During that time, Riklis significantly improved the quality of the IDF brass band. This was the first full brass band in Israel. Under his leadership, it became a prominent musical ensemble in Israel. Many of its members in the brass and percussion sections were among the first Israelis to join the Israel Philharmonic orchestra. IDF at the time was the only army in the world who had two orchestras: the symphonic orchestra, founded by Riklis, and a wind ensemble. The symphonic orchestra toured the country, while the wind ensemble played military parades, light music, and Jazz.

His great love was working with teenagers. During his tenure with the IDF Orchestra, he developed the Youth Corps as its conductor. The youth ensemble would go on to win first prize, which was a silver harp, at the Queen Juliana competition for orchestras in Kerkrade, Netherlands, which was attended by over 100 bands. The youth ensemble won three times in a row: 1958, 1962 and in 1966. After three consecutive first prizes, the harp remained permanently in Israel and has been stored in the IDF archives. This band toured in 1967 under his Riklis' baton in the United States and Canada with American star Danny Kaye. They were met with great success.

=== After his army service ===
After leaving the army, he worked for many years at the Israel Radio Orchestra in Jerusalem. Riklis headed the faculty and conducted the Chamber Orchestra of the Academy of Music in Tel Aviv University. He is credited with teaching many generations of musicians in Israel.
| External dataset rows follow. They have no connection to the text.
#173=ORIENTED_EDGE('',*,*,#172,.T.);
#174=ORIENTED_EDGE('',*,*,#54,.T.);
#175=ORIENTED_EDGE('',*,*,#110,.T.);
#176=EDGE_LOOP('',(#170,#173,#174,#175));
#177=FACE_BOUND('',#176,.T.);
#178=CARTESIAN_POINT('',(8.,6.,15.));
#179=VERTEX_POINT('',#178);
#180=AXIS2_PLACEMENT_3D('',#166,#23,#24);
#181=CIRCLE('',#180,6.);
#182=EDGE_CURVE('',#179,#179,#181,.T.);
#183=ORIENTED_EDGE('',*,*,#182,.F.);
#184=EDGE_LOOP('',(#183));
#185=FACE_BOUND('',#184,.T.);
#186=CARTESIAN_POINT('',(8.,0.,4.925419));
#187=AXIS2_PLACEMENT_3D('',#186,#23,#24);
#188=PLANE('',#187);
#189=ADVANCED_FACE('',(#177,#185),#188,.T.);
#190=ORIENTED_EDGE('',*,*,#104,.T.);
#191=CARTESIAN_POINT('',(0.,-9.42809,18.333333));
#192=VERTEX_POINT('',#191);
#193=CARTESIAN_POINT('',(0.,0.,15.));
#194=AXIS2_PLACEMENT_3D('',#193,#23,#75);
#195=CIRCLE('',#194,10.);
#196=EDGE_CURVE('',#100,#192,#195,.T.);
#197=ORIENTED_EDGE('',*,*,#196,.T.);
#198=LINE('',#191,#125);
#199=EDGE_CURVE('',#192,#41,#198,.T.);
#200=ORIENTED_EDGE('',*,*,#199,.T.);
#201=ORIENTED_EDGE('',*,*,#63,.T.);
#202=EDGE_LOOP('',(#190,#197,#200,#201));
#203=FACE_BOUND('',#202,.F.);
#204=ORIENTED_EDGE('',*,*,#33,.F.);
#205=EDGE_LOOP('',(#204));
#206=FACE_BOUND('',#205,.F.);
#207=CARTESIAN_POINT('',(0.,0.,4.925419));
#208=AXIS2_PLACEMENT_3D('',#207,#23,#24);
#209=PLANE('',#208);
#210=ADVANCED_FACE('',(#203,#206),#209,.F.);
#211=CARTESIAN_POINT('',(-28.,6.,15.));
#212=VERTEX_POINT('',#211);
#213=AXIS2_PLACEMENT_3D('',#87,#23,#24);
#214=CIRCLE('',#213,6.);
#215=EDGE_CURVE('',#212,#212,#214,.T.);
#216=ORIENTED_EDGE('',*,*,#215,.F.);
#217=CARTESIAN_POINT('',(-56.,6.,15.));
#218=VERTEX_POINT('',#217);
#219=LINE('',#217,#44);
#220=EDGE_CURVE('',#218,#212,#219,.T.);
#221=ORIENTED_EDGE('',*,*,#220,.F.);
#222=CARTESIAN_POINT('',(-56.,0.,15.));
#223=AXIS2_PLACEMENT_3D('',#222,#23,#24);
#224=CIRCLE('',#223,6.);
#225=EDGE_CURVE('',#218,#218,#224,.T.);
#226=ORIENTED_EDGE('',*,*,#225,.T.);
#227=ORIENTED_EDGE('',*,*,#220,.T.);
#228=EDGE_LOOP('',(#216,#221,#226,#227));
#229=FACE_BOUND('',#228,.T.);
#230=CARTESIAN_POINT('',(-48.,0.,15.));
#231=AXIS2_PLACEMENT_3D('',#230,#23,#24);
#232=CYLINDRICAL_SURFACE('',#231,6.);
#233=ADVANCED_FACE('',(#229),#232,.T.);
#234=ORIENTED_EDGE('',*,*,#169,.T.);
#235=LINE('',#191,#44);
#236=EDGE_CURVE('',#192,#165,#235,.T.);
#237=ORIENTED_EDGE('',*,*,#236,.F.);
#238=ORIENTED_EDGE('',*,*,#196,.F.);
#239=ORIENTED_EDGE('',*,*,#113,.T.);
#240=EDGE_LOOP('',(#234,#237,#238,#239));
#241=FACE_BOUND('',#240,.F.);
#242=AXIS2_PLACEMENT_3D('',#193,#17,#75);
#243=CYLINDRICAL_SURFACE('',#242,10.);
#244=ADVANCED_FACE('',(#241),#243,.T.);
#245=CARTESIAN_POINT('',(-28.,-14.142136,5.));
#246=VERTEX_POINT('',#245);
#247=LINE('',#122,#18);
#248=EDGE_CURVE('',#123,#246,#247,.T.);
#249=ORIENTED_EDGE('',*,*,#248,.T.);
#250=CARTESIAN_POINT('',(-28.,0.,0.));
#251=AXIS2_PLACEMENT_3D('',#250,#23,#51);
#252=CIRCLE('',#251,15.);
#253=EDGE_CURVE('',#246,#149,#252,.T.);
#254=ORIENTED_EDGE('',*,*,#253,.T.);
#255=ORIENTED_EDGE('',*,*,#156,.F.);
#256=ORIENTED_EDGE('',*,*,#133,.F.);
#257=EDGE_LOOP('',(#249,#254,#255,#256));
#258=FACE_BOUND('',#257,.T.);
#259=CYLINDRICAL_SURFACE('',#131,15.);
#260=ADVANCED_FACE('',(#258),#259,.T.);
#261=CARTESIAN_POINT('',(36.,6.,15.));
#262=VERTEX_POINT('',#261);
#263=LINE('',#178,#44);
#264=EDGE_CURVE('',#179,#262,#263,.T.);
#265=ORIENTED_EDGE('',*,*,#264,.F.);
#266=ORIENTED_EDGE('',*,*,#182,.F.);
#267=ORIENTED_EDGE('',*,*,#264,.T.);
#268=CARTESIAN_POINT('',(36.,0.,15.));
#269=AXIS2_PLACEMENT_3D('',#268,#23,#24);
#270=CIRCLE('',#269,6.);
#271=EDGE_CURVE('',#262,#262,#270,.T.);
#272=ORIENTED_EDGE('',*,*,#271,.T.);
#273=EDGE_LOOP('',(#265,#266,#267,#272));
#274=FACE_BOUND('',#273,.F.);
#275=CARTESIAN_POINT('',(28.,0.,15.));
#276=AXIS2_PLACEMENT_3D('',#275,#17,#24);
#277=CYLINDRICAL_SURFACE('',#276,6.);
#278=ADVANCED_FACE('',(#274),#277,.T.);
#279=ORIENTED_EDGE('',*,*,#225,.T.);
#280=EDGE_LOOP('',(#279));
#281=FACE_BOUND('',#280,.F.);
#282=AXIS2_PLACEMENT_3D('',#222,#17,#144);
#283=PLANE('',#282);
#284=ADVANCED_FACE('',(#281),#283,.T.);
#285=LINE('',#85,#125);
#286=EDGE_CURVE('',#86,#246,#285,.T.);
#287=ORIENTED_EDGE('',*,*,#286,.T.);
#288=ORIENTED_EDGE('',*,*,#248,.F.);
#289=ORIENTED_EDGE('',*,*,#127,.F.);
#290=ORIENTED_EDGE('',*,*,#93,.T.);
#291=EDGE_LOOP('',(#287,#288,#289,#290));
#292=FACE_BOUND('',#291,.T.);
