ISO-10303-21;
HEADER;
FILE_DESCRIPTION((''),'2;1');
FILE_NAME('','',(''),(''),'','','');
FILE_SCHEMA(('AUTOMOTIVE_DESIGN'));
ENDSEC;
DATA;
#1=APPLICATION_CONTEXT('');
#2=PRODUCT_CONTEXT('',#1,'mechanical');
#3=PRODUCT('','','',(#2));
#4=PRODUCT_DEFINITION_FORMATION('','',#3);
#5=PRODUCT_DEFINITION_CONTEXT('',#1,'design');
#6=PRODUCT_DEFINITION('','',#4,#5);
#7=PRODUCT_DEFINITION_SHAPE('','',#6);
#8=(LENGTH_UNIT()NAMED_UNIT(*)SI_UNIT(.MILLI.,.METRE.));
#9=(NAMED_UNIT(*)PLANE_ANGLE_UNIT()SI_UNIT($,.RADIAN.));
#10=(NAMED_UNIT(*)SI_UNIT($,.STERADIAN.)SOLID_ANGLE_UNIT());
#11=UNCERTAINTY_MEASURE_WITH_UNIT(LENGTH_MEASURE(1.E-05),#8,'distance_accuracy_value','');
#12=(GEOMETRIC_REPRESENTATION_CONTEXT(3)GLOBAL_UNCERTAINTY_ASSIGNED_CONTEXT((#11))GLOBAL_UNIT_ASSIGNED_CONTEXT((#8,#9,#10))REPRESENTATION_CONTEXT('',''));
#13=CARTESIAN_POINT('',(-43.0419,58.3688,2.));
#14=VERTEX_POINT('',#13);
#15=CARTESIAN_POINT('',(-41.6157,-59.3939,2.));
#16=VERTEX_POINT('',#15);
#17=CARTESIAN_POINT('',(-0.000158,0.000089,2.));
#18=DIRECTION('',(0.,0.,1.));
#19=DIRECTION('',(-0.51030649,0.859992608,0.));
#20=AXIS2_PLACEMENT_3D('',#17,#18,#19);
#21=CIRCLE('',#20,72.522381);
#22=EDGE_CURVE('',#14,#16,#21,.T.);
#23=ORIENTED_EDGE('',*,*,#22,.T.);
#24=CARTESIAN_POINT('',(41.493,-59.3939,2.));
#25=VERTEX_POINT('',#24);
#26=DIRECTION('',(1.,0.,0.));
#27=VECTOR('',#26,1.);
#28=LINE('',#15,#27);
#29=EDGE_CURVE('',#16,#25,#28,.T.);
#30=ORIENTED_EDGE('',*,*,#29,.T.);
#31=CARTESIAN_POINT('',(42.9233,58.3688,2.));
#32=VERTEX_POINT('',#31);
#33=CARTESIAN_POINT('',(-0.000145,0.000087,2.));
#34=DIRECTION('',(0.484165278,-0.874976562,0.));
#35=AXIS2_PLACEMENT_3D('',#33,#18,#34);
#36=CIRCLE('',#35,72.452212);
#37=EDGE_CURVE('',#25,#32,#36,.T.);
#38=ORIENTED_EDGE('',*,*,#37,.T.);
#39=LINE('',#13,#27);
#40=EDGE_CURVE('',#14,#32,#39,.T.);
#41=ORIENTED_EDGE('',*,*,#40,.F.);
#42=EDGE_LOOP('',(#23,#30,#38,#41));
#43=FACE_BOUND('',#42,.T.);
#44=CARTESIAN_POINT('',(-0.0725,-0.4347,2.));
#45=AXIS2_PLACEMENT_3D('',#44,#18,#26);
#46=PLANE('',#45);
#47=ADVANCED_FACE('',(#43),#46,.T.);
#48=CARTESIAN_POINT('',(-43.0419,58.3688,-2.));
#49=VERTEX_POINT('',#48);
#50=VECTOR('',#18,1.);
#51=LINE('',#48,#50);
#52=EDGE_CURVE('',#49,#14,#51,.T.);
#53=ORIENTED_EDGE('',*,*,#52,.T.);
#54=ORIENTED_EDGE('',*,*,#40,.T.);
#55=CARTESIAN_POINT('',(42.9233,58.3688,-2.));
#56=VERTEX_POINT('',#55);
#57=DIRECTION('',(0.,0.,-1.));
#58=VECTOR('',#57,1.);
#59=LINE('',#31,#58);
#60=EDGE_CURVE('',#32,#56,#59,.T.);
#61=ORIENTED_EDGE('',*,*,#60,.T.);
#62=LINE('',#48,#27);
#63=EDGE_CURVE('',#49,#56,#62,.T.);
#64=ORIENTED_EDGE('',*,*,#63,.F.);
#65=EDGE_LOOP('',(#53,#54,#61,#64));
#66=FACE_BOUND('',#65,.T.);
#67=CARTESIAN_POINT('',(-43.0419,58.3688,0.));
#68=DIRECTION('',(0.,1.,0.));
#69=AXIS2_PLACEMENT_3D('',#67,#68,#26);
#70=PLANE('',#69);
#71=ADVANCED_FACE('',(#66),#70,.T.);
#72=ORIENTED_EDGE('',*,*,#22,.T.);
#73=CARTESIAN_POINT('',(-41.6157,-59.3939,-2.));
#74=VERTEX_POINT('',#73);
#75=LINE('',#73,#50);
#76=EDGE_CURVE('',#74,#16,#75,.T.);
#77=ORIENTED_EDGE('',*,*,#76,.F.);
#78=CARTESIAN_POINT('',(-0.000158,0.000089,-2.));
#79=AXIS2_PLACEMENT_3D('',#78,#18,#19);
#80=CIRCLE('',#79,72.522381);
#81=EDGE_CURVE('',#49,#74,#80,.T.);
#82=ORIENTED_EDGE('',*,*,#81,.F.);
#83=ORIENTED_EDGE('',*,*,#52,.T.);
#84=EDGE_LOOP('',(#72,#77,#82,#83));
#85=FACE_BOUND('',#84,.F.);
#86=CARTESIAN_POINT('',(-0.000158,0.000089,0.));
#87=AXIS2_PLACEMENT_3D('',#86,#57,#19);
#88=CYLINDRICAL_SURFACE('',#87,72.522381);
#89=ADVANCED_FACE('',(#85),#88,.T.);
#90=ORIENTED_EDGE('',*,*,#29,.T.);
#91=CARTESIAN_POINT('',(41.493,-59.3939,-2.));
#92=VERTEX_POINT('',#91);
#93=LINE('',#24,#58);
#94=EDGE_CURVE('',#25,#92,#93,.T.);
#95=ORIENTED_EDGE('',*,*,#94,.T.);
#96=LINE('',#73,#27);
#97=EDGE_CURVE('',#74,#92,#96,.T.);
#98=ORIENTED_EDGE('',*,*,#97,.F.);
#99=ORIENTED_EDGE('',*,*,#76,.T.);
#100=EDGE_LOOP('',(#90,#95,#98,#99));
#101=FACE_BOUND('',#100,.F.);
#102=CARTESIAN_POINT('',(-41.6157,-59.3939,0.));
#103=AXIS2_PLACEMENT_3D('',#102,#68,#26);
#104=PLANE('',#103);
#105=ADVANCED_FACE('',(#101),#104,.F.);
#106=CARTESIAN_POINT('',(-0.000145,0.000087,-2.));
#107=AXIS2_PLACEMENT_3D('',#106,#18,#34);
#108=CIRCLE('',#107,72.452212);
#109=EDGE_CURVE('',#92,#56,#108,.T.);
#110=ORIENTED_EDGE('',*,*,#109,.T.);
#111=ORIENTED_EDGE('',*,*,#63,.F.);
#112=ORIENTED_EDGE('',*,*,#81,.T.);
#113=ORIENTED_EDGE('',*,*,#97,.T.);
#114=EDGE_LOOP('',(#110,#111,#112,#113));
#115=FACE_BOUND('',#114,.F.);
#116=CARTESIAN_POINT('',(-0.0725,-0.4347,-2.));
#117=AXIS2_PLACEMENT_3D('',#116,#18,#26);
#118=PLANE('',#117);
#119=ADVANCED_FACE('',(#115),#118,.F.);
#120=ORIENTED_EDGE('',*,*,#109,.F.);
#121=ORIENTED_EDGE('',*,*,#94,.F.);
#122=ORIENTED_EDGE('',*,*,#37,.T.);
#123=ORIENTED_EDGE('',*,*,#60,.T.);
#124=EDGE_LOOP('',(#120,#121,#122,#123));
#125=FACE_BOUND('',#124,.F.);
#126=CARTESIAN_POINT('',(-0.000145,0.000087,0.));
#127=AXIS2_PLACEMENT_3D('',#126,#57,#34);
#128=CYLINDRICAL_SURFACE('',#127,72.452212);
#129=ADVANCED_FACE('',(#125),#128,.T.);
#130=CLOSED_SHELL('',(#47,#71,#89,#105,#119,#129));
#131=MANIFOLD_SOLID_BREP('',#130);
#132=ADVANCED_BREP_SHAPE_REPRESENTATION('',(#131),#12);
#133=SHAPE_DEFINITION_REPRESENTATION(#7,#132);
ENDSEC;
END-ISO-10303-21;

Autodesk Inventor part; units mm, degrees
ref_plane "YZ Plane" through (0, 0, 0) normal (1, 0, 0) x (0, 1, 0)
ref_plane "XZ Plane" through (0, 0, 0) normal (0, 1, 0) x (-1, 0, 0)
ref_plane "XY Plane" through (0, 0, 0) normal (0, 0, 1) x (1, 0, 0)
ref_plane "РабПлоскость1" through (-0.0725, -0.4347, 0) normal (0, 0, 1) x (1, 0, 0)
sketch "Эскиз1" plane through (-0.0725, -0.4347, 0) normal (0, 0, 1) x (1, 0, 0)
  line L0 (-1.9997, -72.1072) -> (-1.9997, 72.1074) construction
  line L1 (-1.9997, 72.1074) -> (0, 72.1074) construction
  line L2 (2.0003, 72.1074) -> (2.0003, -72.1072) construction
  line L3 (2.0003, -72.1072) -> (-1.9997, -72.1072) construction
  line L4 (48.0003, 58.8035) -> (-47.9997, 58.8035) construction
  line L5 (-47.9997, 58.8035) -> (-47.9997, 62.8035) construction
  line L6 (-47.9997, 62.8035) -> (48.0003, 62.8035) construction
  line L7 (48.0003, 62.8035) -> (48.0003, 58.8035) construction
  line L8 (-47.9997, -58.9592) -> (48.0003, -58.9592) construction
  line L9 (48.0003, -58.9592) -> (48.0003, -62.9592) construction
  line L10 (48.0003, -62.9592) -> (-47.9997, -62.9592) construction
  line L11 (-47.9997, -62.9592) -> (-47.9997, -58.9592) construction
  line L12 (-42.9694, 58.8035) -> (42.9958, 58.8035)
  line L13 (-41.5432, -58.9592) -> (41.5655, -58.9592)
  arc A0 (2.0003, 72.0815) -> (0, 72.1074) centre (0.0725, 0.4347) ccw
  arc A1 (-36.9363, 62.8035) -> (-35.1512, -62.9592) centre (0.0725, 0.4347) ccw
  arc A2 (-1.9997, -72.0756) -> (2.0003, -72.0796) centre (0.0725, 0.4347) ccw
  arc A3 (35.1512, -62.9592) -> (36.9433, 62.8035) centre (0.0725, 0.4347) ccw
extrude "Выдавливание1" add sketch "Эскиз1" along normal mid plane 4
properties part number "талия"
In 1961, he was sent by the Singapore Foreign Ministry to build and consolidate the country's classical music. As part of this work he established a symphony orchestra and worked with various youth orchestras.

In 1971, he was appointed deputy of the Israel Philharmonic Orchestra by Zubin Mehta, and in 1984, he founded the Young Israel Philharmonic Orchestra; he remained as its director until 1988. Dozens of his students went on to perform with various orchestras worldwide. Riklis conducted many orchestras in Israel. He also served as a mentor to various musicals and judged numerous music competitions.

In 1990 he was the first European to win the Silver Star of Singapore.

Riklis died in January 1994 in Tel Aviv, after a long illness. He is buried in the Yarkon Cemetery.